Does anyone have a guess? If you say it I'll know it


----------



## skilletlicker (Jan 18, 2014)

Sounds like a beet but I don't remember the variety?


----------



## skilletlicker (Jan 18, 2014)

Wait, not beet, I mean eggplant.


----------



## Andy M. (Jan 18, 2014)

Does it look like one of these?  Cook's Thesaurus: Eggplants


----------



## GotGarlic (Jan 18, 2014)

There are green eggplants, so that could be it, although they're not usually sold in clusters. 

Tomatillos do grow in clusters, and sometimes they're fairly large, like 4-5 inches across. Usually they have a papery covering on them that needs to be removed.

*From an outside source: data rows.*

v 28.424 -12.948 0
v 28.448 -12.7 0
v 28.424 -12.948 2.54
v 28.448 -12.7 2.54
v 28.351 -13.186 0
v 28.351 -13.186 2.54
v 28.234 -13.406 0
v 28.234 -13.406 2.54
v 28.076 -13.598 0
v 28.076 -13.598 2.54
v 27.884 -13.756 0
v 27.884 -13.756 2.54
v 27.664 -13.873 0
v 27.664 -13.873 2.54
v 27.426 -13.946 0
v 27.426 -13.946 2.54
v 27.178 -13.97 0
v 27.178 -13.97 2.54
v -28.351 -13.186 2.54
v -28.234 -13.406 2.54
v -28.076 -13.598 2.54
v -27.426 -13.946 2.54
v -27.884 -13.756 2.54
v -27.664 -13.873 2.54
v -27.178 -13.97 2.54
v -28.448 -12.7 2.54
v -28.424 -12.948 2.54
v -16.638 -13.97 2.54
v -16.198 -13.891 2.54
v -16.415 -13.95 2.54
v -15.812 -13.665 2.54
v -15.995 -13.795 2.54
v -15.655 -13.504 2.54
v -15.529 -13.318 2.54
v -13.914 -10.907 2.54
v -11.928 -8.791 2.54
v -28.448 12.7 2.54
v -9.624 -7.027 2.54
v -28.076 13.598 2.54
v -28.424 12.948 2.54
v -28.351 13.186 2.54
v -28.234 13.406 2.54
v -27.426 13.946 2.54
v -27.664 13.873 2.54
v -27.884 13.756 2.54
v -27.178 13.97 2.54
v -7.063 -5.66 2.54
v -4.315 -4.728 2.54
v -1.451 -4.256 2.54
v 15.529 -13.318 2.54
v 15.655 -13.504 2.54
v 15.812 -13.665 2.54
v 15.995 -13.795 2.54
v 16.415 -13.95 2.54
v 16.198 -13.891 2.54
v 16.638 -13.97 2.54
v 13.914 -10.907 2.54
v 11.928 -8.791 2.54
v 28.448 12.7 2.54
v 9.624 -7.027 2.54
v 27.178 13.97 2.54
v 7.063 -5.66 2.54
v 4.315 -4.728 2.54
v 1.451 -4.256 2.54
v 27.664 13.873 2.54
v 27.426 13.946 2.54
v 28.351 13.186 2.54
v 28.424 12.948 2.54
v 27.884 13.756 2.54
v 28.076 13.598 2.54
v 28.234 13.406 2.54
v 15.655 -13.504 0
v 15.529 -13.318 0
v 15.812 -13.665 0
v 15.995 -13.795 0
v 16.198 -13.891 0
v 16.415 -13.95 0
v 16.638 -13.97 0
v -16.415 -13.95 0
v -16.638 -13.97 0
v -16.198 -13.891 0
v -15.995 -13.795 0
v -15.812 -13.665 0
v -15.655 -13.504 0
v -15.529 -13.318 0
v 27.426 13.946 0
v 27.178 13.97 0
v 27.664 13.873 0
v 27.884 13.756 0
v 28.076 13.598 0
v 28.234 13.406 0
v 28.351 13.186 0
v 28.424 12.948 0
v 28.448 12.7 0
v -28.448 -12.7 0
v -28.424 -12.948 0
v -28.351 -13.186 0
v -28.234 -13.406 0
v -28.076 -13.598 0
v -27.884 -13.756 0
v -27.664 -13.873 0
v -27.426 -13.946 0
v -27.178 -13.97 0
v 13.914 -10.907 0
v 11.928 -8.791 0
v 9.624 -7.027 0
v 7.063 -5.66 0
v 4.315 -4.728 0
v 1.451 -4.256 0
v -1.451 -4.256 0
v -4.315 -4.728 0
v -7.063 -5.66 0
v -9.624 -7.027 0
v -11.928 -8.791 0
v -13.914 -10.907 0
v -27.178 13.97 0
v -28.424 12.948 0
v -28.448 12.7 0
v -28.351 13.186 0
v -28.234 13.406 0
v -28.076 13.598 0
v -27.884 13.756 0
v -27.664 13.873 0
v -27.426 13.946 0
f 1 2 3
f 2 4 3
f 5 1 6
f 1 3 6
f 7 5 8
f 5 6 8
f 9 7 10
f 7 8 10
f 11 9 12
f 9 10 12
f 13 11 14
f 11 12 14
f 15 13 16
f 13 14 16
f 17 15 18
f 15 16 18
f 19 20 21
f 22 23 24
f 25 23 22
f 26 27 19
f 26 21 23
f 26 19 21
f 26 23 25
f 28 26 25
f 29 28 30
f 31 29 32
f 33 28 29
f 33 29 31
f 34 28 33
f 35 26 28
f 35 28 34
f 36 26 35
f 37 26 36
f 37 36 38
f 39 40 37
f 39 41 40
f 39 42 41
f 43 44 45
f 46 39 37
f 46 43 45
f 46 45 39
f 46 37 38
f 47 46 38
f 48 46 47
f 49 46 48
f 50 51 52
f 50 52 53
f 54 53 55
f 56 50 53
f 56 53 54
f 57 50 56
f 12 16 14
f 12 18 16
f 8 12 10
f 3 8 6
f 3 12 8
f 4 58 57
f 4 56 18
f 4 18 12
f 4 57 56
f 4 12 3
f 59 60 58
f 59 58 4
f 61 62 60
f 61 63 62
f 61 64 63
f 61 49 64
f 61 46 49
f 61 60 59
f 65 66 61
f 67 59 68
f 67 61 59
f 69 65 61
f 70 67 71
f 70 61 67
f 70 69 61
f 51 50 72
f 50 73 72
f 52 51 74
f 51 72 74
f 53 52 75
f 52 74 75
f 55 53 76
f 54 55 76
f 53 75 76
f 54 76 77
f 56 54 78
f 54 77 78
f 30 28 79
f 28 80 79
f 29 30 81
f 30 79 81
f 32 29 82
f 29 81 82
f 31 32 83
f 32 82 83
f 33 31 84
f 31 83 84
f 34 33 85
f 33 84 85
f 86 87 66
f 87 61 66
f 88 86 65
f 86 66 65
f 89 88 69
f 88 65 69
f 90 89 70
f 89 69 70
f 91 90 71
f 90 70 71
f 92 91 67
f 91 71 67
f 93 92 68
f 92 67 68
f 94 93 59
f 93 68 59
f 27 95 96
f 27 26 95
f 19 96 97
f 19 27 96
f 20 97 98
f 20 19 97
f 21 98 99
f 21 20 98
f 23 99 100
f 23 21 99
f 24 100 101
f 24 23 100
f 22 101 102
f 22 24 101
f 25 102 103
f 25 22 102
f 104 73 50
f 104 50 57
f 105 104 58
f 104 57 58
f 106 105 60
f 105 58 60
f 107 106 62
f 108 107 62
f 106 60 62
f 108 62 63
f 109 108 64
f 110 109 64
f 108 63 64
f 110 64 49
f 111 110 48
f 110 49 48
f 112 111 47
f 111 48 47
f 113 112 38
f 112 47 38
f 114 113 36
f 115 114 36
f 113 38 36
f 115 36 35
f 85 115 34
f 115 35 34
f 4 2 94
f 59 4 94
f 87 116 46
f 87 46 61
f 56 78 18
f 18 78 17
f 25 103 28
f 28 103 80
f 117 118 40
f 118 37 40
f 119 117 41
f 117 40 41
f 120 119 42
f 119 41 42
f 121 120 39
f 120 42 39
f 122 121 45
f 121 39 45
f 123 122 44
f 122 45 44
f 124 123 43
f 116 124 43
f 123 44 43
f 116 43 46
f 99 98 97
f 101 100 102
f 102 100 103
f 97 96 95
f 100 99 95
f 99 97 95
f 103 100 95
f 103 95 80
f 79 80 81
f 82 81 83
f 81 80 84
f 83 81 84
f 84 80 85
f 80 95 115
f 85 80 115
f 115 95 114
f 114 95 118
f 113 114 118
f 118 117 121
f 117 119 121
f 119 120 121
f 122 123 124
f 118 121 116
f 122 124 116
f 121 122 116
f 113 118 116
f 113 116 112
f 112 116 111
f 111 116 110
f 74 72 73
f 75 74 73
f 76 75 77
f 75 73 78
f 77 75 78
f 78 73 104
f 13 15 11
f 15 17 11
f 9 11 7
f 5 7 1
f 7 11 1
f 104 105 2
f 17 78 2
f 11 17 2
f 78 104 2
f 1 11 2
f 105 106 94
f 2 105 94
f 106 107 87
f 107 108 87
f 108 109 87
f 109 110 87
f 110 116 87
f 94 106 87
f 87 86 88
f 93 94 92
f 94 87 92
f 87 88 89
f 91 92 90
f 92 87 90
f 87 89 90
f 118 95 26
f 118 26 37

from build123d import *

# Parameters (mm, degrees)
SKETCH1_W           = 56.896
SKETCH1_H           = 27.94
BOSS_EXTRUDE1_DEPTH = 2.54
CUT_EXTRUDE1_DEPTH  = 3.54
FILLET1_R           = 1.27


with BuildPart() as part:
    # Sketch1 → Boss-Extrude1 (new body)
    with BuildSketch(Plane.XY):
        Rectangle(SKETCH1_W, SKETCH1_H)
    extrude(amount=BOSS_EXTRUDE1_DEPTH)

    # Sketch2 → Cut-Extrude1 (cut, through all)
    with BuildSketch(Plane.XY.offset(2.54)):
        with BuildLine():
            Line((-15.875, -13.97), (15.875, -13.97))
            ThreePointArc((15.875, -13.97), (0, -4.197045335), (-15.875, -13.97))
        make_face()
    extrude(amount=-CUT_EXTRUDE1_DEPTH, mode=Mode.SUBTRACT)

    # Fillet1
    fillet1_edges = [part.edges().sort_by_distance(p)[0] for p in [
        (-15.875, -13.97, 1.27),
        (15.875, -13.97, 1.27),
        (28.448, -13.97, 1.27),
        (-28.448, -13.97, 1.27),
        (-28.448, 13.97, 1.27),
        (28.448, 13.97, 1.27),
    ]]
    fillet(fillet1_edges, radius=FILLET1_R)


solid = part.part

And there are tomatoes that are ripe when green. I've seen more and more heirloom varieties in the grocery stores, so that's a possibility, too.


----------



## pacanis (Jan 18, 2014)

Thanks for the guesses.
If it was a form of beet it did not say so. It had a longish name, *maybe* starting with a p, or a p was in it.
And it does not look like the pic, Andy.

It looked like something out of a sci-fi movie. Maybe Phinz would know, lol.


----------



## pacanis (Jan 18, 2014)

They were by the other oddball stuff.
By the radicchio, celeriac, funny little cabbages...
GG, the tomatillos you get are much larger than the ones I get. These things were about 2" in size, which is the size tomatillos in the stores up here.


----------



## GotGarlic (Jan 18, 2014)

Could it have been a poblano pepper?







I've seen smaller and larger tomatillos, usually the smaller ones, but occasionally bigger ones.


----------



## pacanis (Jan 18, 2014)

No. That I _do_ know what it is, lol.
Thanks for the guesses.


----------



## skilletlicker (Jan 18, 2014)

I see on Andy's link that I was thinking of Thai eggplants.  They've been next to the radicchio, endive and such at the local Kroger lately.


----------



## pacanis (Jan 18, 2014)

None of those names ring a bell.


----------



## taxlady (Jan 18, 2014)

Was it chayote?






Chayote - Wikipedia, the free encyclopedia


----------



## Dawgluver (Jan 18, 2014)

Can you draw us a pic, Pac?


----------



## Steve Kroll (Jan 19, 2014)

Are you sure it wasn't Brussels sprouts? Sometimes they are sold in clusters on a stem.


----------



## larry_stewart (Jan 19, 2014)

thai pea eggplant ?


----------



## larry_stewart (Jan 19, 2014)

or maybe one of those weird cauliflowers ( I know its not shiny, but its clustered and bright green)


----------



## Somebunny (Jan 19, 2014)

Could it be Genip?

This is actually a fruit


----------



## Somebunny (Jan 19, 2014)

On second thought I think it has to be Thai or pea eggplant


----------



## cara (Jan 19, 2014)

physalis? Well, but they are rather yellow than green...


----------



## Rocklobster (Jan 19, 2014)

Are you sure you weren't in the sporting goods department?


----------



## cara (Jan 19, 2014)

Rock, that might be, but they are not really shiny.....


----------



## Aunt Bea (Jan 19, 2014)

How about a winter fruit called a fuyu persimmon?


----------



## pacanis (Jan 19, 2014)

Rocklobster said:


> Are you sure you weren't in the sporting goods department?


 
 Good one


----------



## pacanis (Jan 19, 2014)

It looked like a cross between thai pea eggplant and cheyote.
None of the names are ringing a bell though.


----------



## pacanis (Jan 19, 2014)

Got it!

From Weird Vegetables You've Probably Never Heard Of (PHOTOS)

"Kohlrabi
A relative of wild cabbage, this unique-looking vegetable has been hailed as one of the 150 healthiest foods on Earth. It is most commonly consumed in India, and is a staple in the Kashmiri diet. Pretty much everything on this plant is edible. Fry up the root for some kohlrabi fries, toss the leaves in a salad, or chomp on the crisp, juicy stems for a low-calorie snack."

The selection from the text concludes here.